** HOW TO COMPLETE THIS TASK **
Your task is to quote the records from their first line through the line containing "v 575 285 720", with nothing added or left out.

** RECORD EXCERPTS **
((

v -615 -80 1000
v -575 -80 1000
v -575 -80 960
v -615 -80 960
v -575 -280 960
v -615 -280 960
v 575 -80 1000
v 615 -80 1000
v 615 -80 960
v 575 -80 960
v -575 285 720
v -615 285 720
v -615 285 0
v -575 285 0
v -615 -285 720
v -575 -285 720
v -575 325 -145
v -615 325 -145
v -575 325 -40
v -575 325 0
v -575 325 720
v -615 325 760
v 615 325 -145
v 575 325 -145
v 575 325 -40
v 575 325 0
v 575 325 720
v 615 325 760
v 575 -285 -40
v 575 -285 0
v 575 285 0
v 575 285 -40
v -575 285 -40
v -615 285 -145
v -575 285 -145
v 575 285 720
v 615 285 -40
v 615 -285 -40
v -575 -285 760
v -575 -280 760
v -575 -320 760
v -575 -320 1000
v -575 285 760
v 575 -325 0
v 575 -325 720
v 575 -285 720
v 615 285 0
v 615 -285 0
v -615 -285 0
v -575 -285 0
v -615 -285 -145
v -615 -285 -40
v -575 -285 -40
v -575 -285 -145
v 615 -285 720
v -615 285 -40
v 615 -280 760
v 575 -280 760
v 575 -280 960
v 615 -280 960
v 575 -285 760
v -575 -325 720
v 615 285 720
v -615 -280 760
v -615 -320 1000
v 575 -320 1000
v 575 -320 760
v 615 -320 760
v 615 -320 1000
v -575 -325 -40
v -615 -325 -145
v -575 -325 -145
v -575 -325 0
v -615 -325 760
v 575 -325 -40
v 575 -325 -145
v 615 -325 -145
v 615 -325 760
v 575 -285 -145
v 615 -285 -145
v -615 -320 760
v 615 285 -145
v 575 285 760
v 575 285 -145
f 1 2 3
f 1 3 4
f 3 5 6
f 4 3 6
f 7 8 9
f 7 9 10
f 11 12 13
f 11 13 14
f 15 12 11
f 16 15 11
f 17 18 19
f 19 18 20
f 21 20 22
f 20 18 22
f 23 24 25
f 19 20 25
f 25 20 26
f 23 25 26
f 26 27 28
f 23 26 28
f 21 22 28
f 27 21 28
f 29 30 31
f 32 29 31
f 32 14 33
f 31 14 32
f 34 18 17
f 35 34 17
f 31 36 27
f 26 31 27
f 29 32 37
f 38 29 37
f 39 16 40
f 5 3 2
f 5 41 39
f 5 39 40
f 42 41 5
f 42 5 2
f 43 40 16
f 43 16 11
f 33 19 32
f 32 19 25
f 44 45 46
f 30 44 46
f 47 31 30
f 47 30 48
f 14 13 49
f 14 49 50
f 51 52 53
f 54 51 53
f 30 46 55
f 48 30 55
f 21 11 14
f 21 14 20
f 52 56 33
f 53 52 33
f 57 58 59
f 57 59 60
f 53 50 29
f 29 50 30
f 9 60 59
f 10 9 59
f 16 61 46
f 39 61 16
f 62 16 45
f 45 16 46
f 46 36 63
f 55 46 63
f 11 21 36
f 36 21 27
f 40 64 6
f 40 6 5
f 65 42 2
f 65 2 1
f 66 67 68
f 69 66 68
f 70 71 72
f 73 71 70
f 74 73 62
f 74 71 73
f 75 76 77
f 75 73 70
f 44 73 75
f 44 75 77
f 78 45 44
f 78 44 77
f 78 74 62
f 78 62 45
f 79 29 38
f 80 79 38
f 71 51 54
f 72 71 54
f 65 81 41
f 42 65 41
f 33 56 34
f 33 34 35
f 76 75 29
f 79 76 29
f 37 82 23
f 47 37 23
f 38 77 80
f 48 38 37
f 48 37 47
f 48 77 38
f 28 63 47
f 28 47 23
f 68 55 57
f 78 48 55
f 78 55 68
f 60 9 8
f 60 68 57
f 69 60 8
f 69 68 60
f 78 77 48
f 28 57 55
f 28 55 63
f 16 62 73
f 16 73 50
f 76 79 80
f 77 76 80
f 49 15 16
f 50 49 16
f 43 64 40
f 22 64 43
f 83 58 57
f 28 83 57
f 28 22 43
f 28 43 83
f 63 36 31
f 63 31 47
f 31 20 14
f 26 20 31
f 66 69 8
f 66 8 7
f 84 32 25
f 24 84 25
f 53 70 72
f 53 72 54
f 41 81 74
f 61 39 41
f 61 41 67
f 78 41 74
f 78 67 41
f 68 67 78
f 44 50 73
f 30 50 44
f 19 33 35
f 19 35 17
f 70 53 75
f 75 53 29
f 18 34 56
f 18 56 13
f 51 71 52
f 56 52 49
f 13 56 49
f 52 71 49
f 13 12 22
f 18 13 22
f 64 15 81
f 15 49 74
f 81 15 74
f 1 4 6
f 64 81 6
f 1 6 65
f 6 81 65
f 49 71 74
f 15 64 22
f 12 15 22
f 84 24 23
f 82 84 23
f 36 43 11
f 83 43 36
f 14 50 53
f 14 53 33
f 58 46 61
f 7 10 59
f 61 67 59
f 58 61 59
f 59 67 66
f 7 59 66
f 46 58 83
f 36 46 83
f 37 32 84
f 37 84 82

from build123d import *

# Parameters (mm, degrees)
F0_W          = 40
F0_H          = 40
F1_DEPTH      = 760
F1_DEPTH_BACK = 145
F2_W          = 1150
F2_H          = 40
F2_W_2        = 40
F2_H_2        = 565
F2_H_3        = 5
F3_DEPTH      = 40
F0_W_2        = 1150
F0_H_2        = 570
F4_DEPTH      = 40
F2_H_4        = 35
F5_DEPTH      = 240
F6_W          = 40
F6_H          = 40
F7_DEPTH      = 200
F8_W          = 40
F8_H          = 40
F9_DEPTH      = 200


with BuildPart() as f1:
    # F0 (on Top) → F1 (new body, two sides)
    with BuildSketch(Plane.XY) as f1_sk:
        with Locations((595, 305)):
            Rectangle(F0_W, F0_H)
    extrude(amount=F1_DEPTH)
    extrude(f1_sk.sketch, amount=-F1_DEPTH_BACK)



with BuildPart() as f1b:
    # F0 (on Top) → F1, piece 2 (new body, two sides)
    with BuildSketch(Plane.XY) as f1_2_sk:
        with Locations((-595, 305)):
            Rectangle(F0_W, F0_H)
    extrude(amount=F1_DEPTH)
    extrude(f1_2_sk.sketch, amount=-F1_DEPTH_BACK)


with BuildPart() as f1c:
    # F0 (on Top) → F1, piece 3 (new body, two sides)
    with BuildSketch(Plane.XY) as f1_3_sk:
        with Locations((-595, -305)):
            Rectangle(F0_W, F0_H)
    extrude(amount=F1_DEPTH)
    extrude(f1_3_sk.sketch, amount=-F1_DEPTH_BACK)


with BuildPart() as f1d:
    # F0 (on Top) → F1, piece 4 (new body, two sides)
    with BuildSketch(Plane.XY) as f1_4_sk:
        with Locations((595, -305)):
            Rectangle(F0_W, F0_H)
    extrude(amount=F1_DEPTH)
    extrude(f1_4_sk.sketch, amount=-F1_DEPTH_BACK)


with BuildPart() as f1_1:
    add(f1.part)

    add(f1b.part)  # F3 merges F1b

    add(f1c.part)  # F3 merges F1c

    add(f1d.part)  # F3 merges F1d
    # F2 (on face) → F3 (join)
    with BuildSketch(Plane.XY.offset(760)):
        with Locations((0, 305)):
            Rectangle(F2_W, F2_H)
        with Locations((595, 2.5)):
            Rectangle(F2_W_2, F2_H_2)
        Polygon((-575, -325), (575, -325), (575, -320), (575, -285), (-575, -285), (-575, -320), align=None)
        with Locations((-595, 2.5)):
            Rectangle(F2_W_2, F2_H_2)
        with Locations((-595, -282.5)):
            Rectangle(F2_W_2, F2_H_3)
        with Locations((595, -282.5)):
            Rectangle(F2_W_2, F2_H_3)
    extrude(amount=-F3_DEPTH)

    # F0 (on Top) → F4 (join)
    with BuildSketch(Plane.XY):
        with Locations((0, -305)):
            Rectangle(F0_W_2, F0_H)
        with Locations((595, 0)):
            Rectangle(F0_W, F0_H_2)
        with Locations((0, 305)):
            Rectangle(F0_W_2, F0_H)
        with Locations((-595, 0)):
            Rectangle(F0_W, F0_H_2)
    extrude(amount=-F4_DEPTH)

    # F2 (on face) → F5 (join)
    with BuildSketch(Plane.XY.offset(760)):
        with Locations((-595, -302.5)):
            Rectangle(F2_W_2, F2_H_4)
        with Locations((-595, -282.5)):
            Rectangle(F2_W_2, F2_H_3)
        with Locations((595, -302.5)):
            Rectangle(F2_W_2, F2_H_4)
        with Locations((595, -282.5)):
            Rectangle(F2_W_2, F2_H_3)
    extrude(amount=F5_DEPTH)

    # F6 (on face) → F7 (join)
    with BuildSketch(Plane(origin=(0, -280, 0), x_dir=(-1, 0, 0), z_dir=(0, 1, 0))):
        with Locations((-595, 980)):
            Rectangle(F6_W, F6_H)
    extrude(amount=F7_DEPTH)

    # F8 (on face) → F9 (join)
    with BuildSketch(Plane(origin=(0, -280, 0), x_dir=(-1, 0, 0), z_dir=(0, 1, 0))):
        with Locations((595, 980)):
            Rectangle(F8_W, F8_H)
    extrude(amount=F9_DEPTH)


solid = f1_1.part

))

** OUTPUT BELOW **
v -615 -80 1000
v -575 -80 1000
v -575 -80 960
v -615 -80 960
v -575 -280 960
v -615 -280 960
v 575 -80 1000
v 615 -80 1000
v 615 -80 960
v 575 -80 960
v -575 285 720
v -615 285 720
v -615 285 0
v -575 285 0
v -615 -285 720
v -575 -285 720
v -575 325 -145
v -615 325 -145
v -575 325 -40
v -575 325 0
v -575 325 720
v -615 325 760
v 615 325 -145
v 575 325 -145
v 575 325 -40
v 575 325 0
v 575 325 720
v 615 325 760
v 575 -285 -40
v 575 -285 0
v 575 285 0
v 575 285 -40
v -575 285 -40
v -615 285 -145
v -575 285 -145
v 575 285 720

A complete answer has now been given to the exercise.